(Dataset entries)
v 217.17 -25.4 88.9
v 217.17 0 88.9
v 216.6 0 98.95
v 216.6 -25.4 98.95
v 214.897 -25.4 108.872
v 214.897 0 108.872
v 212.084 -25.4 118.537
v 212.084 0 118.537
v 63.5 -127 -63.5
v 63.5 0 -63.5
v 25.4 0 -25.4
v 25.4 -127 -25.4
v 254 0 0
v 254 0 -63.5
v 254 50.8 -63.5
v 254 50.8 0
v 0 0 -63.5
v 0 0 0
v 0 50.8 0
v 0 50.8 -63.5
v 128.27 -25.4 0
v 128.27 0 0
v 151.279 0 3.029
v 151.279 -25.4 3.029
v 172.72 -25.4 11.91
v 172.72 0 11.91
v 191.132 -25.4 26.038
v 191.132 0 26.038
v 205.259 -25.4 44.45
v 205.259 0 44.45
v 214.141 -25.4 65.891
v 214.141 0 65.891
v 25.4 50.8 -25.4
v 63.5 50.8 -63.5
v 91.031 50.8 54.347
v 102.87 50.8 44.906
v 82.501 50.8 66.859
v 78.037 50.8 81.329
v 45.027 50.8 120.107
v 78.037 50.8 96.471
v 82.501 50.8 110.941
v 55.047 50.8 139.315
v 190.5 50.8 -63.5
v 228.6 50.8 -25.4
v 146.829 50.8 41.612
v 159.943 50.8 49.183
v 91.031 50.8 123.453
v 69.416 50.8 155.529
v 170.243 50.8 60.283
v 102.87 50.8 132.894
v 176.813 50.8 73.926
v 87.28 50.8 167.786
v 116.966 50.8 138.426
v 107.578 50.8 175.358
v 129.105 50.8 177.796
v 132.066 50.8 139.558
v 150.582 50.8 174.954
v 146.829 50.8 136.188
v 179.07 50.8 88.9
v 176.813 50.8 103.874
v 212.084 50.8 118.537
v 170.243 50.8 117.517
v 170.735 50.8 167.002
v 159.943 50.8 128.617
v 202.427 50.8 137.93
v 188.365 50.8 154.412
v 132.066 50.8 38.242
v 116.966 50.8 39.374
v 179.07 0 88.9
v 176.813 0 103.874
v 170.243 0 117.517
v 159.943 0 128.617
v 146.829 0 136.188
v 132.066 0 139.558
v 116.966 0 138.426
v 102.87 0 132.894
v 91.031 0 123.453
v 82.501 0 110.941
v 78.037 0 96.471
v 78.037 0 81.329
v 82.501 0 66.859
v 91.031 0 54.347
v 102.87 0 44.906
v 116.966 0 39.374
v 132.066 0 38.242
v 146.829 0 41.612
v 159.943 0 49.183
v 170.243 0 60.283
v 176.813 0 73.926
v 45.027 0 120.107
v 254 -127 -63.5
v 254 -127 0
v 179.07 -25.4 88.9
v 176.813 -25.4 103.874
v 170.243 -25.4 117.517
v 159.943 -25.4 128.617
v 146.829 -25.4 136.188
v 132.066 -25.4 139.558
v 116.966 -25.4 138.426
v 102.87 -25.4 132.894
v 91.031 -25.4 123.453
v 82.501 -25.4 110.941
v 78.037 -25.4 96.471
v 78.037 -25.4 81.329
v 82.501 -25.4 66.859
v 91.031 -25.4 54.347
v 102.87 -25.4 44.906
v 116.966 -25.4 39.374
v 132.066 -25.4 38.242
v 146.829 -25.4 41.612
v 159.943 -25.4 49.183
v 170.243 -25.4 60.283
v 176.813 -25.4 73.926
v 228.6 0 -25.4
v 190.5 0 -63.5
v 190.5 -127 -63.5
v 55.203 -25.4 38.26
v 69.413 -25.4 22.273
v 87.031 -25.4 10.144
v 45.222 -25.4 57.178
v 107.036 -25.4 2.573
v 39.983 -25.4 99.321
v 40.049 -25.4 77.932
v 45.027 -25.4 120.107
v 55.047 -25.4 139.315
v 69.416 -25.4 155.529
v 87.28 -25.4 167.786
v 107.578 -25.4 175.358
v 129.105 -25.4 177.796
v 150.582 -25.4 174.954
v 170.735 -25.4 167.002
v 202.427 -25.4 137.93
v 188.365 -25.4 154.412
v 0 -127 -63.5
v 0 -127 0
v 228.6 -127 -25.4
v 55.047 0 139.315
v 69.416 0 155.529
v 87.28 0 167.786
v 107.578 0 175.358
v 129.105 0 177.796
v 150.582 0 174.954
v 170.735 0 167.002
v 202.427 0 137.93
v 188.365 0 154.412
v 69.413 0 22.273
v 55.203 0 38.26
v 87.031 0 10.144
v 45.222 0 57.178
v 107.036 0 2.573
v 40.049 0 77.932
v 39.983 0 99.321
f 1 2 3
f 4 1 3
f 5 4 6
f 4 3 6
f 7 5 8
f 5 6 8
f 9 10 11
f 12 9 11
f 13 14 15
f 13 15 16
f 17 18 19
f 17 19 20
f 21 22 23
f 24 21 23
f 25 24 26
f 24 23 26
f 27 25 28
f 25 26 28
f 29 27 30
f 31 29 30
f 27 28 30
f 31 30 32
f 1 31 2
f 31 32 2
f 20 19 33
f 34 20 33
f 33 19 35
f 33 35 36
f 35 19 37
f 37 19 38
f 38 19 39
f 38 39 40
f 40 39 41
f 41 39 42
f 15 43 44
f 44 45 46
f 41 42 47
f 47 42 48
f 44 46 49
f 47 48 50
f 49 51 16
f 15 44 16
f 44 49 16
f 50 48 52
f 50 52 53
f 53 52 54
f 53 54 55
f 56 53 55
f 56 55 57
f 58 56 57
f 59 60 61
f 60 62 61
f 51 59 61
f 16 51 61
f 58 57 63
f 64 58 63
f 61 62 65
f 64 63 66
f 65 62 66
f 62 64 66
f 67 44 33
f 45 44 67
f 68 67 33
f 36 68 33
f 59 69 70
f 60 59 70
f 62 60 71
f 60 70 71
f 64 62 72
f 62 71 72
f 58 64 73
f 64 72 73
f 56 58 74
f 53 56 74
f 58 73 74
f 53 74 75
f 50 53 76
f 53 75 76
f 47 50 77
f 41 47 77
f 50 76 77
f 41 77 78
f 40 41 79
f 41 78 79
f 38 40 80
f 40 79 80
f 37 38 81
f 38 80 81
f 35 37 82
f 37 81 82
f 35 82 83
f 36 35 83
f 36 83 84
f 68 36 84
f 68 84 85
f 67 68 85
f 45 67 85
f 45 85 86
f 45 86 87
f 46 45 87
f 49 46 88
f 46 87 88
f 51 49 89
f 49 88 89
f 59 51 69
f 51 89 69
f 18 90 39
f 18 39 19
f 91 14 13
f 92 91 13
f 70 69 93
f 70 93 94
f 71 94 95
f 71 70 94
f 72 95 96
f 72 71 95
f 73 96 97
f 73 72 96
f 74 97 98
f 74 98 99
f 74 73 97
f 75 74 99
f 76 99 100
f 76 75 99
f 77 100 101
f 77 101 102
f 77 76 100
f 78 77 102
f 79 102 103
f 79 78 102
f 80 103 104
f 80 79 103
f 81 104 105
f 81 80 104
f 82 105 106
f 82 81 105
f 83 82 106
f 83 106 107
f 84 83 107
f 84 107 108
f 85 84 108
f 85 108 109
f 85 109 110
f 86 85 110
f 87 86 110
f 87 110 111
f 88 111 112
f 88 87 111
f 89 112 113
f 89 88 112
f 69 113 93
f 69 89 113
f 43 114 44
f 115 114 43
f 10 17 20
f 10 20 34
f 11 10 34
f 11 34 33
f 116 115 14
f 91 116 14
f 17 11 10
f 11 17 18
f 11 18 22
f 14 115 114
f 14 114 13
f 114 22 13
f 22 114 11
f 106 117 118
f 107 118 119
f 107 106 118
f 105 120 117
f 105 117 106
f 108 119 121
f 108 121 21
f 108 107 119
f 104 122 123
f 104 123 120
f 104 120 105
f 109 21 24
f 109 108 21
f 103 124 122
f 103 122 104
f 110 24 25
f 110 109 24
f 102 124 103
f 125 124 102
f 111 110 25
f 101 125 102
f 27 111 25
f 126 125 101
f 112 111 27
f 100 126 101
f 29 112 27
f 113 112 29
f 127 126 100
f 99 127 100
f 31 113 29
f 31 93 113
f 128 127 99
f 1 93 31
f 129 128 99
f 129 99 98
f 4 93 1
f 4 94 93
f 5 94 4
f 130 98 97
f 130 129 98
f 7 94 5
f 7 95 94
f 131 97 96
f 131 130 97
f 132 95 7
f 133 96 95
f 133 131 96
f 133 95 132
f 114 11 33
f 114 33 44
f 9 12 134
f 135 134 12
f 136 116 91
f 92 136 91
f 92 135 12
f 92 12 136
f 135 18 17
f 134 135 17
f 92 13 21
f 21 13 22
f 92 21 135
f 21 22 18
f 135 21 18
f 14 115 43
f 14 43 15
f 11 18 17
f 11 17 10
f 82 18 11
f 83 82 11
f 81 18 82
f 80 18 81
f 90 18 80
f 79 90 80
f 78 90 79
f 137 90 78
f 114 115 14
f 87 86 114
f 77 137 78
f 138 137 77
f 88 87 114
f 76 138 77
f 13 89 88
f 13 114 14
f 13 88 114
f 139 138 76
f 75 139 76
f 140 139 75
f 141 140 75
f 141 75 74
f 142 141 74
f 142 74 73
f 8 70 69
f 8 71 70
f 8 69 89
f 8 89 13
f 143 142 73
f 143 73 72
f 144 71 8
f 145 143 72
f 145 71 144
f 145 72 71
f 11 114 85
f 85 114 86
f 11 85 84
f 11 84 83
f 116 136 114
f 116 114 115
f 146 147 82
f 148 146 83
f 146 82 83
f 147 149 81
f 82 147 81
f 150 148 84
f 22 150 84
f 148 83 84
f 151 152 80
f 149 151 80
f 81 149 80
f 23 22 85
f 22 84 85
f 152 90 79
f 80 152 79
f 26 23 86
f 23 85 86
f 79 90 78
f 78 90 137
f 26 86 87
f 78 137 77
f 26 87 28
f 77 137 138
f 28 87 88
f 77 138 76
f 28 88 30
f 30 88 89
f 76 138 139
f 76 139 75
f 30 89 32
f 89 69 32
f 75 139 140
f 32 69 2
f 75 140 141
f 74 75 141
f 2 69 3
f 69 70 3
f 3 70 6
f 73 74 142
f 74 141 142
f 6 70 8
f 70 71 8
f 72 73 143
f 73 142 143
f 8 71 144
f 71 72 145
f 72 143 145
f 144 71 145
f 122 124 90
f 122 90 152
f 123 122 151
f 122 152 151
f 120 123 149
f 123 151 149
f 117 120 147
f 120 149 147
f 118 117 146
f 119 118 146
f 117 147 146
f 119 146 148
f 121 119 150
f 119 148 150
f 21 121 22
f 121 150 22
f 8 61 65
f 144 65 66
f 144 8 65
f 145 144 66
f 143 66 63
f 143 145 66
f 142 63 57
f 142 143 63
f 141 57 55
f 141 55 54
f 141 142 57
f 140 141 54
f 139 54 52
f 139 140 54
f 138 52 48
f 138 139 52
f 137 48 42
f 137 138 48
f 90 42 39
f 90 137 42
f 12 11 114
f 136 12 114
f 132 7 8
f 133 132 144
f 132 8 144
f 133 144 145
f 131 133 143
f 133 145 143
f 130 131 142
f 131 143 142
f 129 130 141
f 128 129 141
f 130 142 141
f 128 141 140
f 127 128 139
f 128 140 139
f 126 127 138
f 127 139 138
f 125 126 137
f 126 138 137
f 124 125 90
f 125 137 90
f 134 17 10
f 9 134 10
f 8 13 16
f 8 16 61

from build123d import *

# Parameters (mm, degrees)
F1_DEPTH = 127
F0_R     = 50.8
F2_DEPTH = 25.4
F3_DEPTH = 50.8


with BuildPart() as f1:
    # F0 (on Front) → F1 (new body)
    with BuildSketch(Plane.XZ):
        Polygon((128.269819, 0), (0, 0), (0, -63.5), (63.5, -63.5), (25.4, -25.4), (228.6, -25.4), (190.5, -63.5), (254, -63.5), (254, 0), align=None)
    extrude(amount=F1_DEPTH)

    # F0 (on Front) → F2 (join)
    with BuildSketch(Plane.XZ):
        with BuildLine():
            ThreePointArc((45.027212, 120.107022), (55.20302, 38.259573), (128.269819, 0))
            ThreePointArc((128.269819, 0), (191.131612, 26.038207), (217.169819, 88.9))
            ThreePointArc((217.169819, 88.9), (215.88916, 103.935332), (212.084078, 118.537478))
            ThreePointArc((212.084078, 118.537478), (129.105022, 177.796077), (45.027212, 120.107022))
        make_face()
        with Locations((128.269819, 88.9)):
            Circle(F0_R, mode=Mode.SUBTRACT)
    extrude(amount=F2_DEPTH)


with BuildPart() as f3:
    # F0 (on Front) → F3 (new body)
    with BuildSketch(Plane.XZ):
        with BuildLine():
            Line((45.027212, 120.107022), (0, 0))
            Line((0, 0), (128.269819, 0))
            ThreePointArc((128.269819, 0), (55.20302, 38.259573), (45.027212, 120.107022))
        make_face()
        with BuildLine():
            ThreePointArc((217.169819, 88.9), (191.131612, 26.038207), (128.269819, 0))
            Line((128.269819, 0), (254, 0))
            Line((254, 0), (212.084078, 118.537478))
            ThreePointArc((212.084078, 118.537478), (215.88916, 103.935332), (217.169819, 88.9))
        make_face()
        with BuildLine():
            ThreePointArc((45.027212, 120.107022), (55.20302, 38.259573), (128.269819, 0))
            ThreePointArc((128.269819, 0), (191.131612, 26.038207), (217.169819, 88.9))
            ThreePointArc((217.169819, 88.9), (215.88916, 103.935332), (212.084078, 118.537478))
            ThreePointArc((212.084078, 118.537478), (129.105022, 177.796077), (45.027212, 120.107022))
        make_face()
        with Locations((128.269819, 88.9)):
            Circle(F0_R, mode=Mode.SUBTRACT)
        Polygon((128.269819, 0), (0, 0), (0, -63.5), (63.5, -63.5), (25.4, -25.4), (228.6, -25.4), (190.5, -63.5), (254, -63.5), (254, 0), align=None)
    extrude(amount=-F3_DEPTH)


solid = Compound([f1.part, f3.part])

> INSTRUCTIONS TO FOLLOW
In the entries above, find the line with "v 159.943 50.8 49.183" and the line with "v 159.943 50.8 128.617", then restate word for word both of them and every line between, with nothing more.

> RESULT
v 159.943 50.8 49.183
v 91.031 50.8 123.453
v 69.416 50.8 155.529
v 170.243 50.8 60.283
v 102.87 50.8 132.894
v 176.813 50.8 73.926
v 87.28 50.8 167.786
v 116.966 50.8 138.426
v 107.578 50.8 175.358
v 129.105 50.8 177.796
v 132.066 50.8 139.558
v 150.582 50.8 174.954
v 146.829 50.8 136.188
v 179.07 50.8 88.9
v 176.813 50.8 103.874
v 212.084 50.8 118.537
v 170.243 50.8 117.517
v 170.735 50.8 167.002
v 159.943 50.8 128.617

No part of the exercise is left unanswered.